Lightspeed, which has backed Udaan since a Series A in 2016, contributed to the Series D alongside Tencent Holdings, Citi Ventures, GGV Capital, Hillhouse Capital, Altimeter Capital, Footpath Ventures, and DST Global. Udaan has now raised $870 million to date, a sum that has been justified by the capital intensive nature of building out financial services and supply chain networks. The new capital will support expansions in the lending business and B2B services in categories.
Operations revolve around a platform that connects three million retailers with 20,000 suppliers across 900 Indian cities. Services include executing payments, underwriting small business loans, and facilitating end-to-end delivery via a mix of data-optimized subcontracting and various in-house trucking and warehousing assets. As Udaan gets larger, it has become increasingly obliged to exert direct control over its first and last-mile logistical capacities in order to bring a consistent experience to buyers and sellers.
Conceptually, this is all about resolving India's inter-regional B2B challenges around language, culture and internal tax barriers by approaching them online. But it's important to remember that fragmentation also entails a trust deficit that cannot be narrowed by a mere marketplace.

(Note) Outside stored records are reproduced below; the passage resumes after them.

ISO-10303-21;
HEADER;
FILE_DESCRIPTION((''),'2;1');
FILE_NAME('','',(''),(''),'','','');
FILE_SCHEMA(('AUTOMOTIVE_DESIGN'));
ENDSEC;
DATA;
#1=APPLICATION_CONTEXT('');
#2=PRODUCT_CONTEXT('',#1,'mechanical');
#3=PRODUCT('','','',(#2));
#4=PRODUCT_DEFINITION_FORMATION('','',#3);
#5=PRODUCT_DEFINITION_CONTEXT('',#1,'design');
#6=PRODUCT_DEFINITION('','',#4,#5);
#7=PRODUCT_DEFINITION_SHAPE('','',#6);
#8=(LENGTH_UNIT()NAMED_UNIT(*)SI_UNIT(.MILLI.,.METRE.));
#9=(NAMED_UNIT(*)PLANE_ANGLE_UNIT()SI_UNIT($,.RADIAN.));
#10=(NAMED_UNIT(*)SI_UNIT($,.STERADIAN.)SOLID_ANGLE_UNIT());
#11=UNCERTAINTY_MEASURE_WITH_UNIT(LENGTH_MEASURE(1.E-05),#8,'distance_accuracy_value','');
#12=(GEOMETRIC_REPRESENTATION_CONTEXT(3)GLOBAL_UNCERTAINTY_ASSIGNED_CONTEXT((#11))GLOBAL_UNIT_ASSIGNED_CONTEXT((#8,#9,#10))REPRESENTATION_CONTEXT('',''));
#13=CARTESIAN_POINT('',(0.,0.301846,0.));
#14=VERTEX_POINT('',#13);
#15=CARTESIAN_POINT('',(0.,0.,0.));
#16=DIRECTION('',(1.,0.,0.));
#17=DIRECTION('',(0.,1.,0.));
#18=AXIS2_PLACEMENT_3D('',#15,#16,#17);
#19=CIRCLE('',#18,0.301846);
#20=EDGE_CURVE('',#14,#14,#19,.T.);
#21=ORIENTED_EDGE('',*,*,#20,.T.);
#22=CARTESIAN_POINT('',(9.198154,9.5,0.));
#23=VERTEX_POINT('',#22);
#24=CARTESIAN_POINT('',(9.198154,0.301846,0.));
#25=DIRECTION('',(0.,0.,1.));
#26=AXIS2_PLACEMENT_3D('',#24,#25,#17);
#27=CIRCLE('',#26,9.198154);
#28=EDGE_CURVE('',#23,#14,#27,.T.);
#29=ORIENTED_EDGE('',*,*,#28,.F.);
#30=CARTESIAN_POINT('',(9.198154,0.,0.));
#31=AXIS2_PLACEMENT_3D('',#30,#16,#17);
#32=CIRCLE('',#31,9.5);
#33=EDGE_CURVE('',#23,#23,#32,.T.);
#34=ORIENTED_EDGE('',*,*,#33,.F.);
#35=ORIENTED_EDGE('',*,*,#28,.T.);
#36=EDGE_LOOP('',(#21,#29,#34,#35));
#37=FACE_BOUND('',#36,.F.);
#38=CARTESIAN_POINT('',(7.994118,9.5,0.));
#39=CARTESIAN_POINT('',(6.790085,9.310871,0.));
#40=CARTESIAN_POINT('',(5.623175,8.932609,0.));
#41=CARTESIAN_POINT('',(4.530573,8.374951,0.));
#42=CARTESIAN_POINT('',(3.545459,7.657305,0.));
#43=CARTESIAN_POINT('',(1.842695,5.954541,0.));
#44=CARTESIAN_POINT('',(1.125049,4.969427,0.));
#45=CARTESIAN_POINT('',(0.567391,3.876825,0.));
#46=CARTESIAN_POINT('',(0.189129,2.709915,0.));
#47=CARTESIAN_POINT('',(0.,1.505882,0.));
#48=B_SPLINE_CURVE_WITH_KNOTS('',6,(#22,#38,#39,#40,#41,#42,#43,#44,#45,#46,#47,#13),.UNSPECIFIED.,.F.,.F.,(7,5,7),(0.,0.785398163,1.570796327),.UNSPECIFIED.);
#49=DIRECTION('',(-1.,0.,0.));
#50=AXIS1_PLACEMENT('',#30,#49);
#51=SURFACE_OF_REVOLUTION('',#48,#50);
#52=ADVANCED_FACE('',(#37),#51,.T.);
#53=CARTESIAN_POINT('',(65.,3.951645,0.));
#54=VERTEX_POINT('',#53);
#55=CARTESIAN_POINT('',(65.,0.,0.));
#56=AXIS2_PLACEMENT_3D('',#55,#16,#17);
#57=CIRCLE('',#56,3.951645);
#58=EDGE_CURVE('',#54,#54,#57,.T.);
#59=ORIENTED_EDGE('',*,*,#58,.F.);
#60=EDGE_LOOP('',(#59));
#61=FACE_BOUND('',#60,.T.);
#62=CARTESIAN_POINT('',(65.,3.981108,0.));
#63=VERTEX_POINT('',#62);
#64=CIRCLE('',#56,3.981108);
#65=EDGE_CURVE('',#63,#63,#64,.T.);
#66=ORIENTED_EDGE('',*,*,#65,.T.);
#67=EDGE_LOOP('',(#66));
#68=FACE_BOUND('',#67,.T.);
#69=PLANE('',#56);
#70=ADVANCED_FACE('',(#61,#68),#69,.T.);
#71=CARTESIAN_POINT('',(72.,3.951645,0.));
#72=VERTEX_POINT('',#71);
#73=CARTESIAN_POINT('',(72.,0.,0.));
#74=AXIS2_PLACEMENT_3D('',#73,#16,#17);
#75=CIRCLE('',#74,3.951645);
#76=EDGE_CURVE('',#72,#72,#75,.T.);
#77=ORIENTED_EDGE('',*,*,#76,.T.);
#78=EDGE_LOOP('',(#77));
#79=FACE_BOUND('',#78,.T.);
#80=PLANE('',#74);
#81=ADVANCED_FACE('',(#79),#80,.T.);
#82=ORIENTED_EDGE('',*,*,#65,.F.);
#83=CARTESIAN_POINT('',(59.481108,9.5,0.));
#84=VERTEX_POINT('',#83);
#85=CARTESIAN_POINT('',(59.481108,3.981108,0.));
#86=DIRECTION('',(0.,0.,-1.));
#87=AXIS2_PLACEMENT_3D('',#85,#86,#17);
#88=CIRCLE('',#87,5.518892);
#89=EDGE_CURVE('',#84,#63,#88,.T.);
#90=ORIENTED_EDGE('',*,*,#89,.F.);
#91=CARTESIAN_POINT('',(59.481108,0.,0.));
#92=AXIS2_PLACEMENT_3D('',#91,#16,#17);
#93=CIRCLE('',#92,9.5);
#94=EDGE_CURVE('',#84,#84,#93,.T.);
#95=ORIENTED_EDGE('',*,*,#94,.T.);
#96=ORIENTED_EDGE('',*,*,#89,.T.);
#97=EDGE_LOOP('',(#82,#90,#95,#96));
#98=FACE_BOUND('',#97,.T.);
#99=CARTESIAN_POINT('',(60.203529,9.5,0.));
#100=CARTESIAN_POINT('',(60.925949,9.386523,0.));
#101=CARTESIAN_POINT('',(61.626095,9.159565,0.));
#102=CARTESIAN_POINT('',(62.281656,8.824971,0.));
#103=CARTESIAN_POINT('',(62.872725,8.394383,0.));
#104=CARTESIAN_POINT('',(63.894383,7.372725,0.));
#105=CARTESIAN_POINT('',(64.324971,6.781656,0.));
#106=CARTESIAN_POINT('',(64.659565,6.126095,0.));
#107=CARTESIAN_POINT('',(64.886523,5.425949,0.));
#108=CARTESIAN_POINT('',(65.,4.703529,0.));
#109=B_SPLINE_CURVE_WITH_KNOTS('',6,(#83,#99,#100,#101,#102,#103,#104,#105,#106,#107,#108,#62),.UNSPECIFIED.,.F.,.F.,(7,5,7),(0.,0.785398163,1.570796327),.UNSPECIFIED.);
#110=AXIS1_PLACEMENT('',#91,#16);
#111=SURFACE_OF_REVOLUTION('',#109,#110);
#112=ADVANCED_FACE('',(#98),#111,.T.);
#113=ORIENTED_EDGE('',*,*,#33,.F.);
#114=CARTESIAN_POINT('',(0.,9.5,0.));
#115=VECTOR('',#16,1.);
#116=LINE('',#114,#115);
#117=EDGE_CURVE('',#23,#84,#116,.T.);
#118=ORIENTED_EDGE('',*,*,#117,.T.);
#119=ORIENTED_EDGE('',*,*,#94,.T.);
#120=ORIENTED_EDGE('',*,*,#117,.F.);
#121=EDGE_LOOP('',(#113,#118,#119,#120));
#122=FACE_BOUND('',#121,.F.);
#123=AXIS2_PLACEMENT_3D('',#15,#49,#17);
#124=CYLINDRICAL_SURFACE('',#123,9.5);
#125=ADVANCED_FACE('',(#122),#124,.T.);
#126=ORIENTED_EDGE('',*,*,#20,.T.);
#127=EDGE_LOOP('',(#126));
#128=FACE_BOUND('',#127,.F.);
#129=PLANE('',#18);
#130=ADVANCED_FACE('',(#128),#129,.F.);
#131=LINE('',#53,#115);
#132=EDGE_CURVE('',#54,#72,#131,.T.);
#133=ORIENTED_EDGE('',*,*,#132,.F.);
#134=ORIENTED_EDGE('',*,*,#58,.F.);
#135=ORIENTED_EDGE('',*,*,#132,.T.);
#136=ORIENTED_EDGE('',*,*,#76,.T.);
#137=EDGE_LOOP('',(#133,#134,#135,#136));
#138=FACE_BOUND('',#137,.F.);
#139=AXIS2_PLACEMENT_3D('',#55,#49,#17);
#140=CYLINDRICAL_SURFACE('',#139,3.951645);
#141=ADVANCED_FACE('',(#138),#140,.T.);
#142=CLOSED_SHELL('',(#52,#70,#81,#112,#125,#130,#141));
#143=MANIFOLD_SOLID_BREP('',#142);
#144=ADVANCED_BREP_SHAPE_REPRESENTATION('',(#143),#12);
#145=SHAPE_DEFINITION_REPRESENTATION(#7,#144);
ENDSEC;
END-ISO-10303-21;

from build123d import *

# Parameters (mm, degrees)
F0_R     = 9.5
F1_DEPTH = 65
F2_R     = 9.198154
F3_R     = 5.518892
F4_R     = 3.951645
F5_DEPTH = 7


with BuildPart() as f1:
    # F0 (on Right) → F1 (new body)
    with BuildSketch(Plane.YZ):
        Circle(F0_R)
    extrude(amount=F1_DEPTH)

    # F2
    f2_edges = [f1.edges().sort_by_distance(p)[0] for p in [
        (0, -9.5, 0),
    ]]
    fillet(f2_edges, radius=F2_R)

    # F3
    f3_edges = [f1.edges().sort_by_distance(p)[0] for p in [
        (65, -9.5, 0),
    ]]
    fillet(f3_edges, radius=F3_R)

    # F4 (on face) → F5 (join)
    with BuildSketch(Plane.YZ.offset(65)):
        Circle(F4_R)
    extrude(amount=F5_DEPTH)


solid = f1.part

Retailers and suppliers looking to expand their reach while changing the way they do business will need more comprehensive coverage.
"B2B commerce in India takes a lot more than just connecting buyers and sellers. You have to address credit and payments and logistics and fulfillment as part of the core value proposition," says Somaia. "Udaan can make sure that whatever was committed to be shipped was actually shipped and that only when it is delivered will payment be released. That provides trade security to both the buyer and the seller."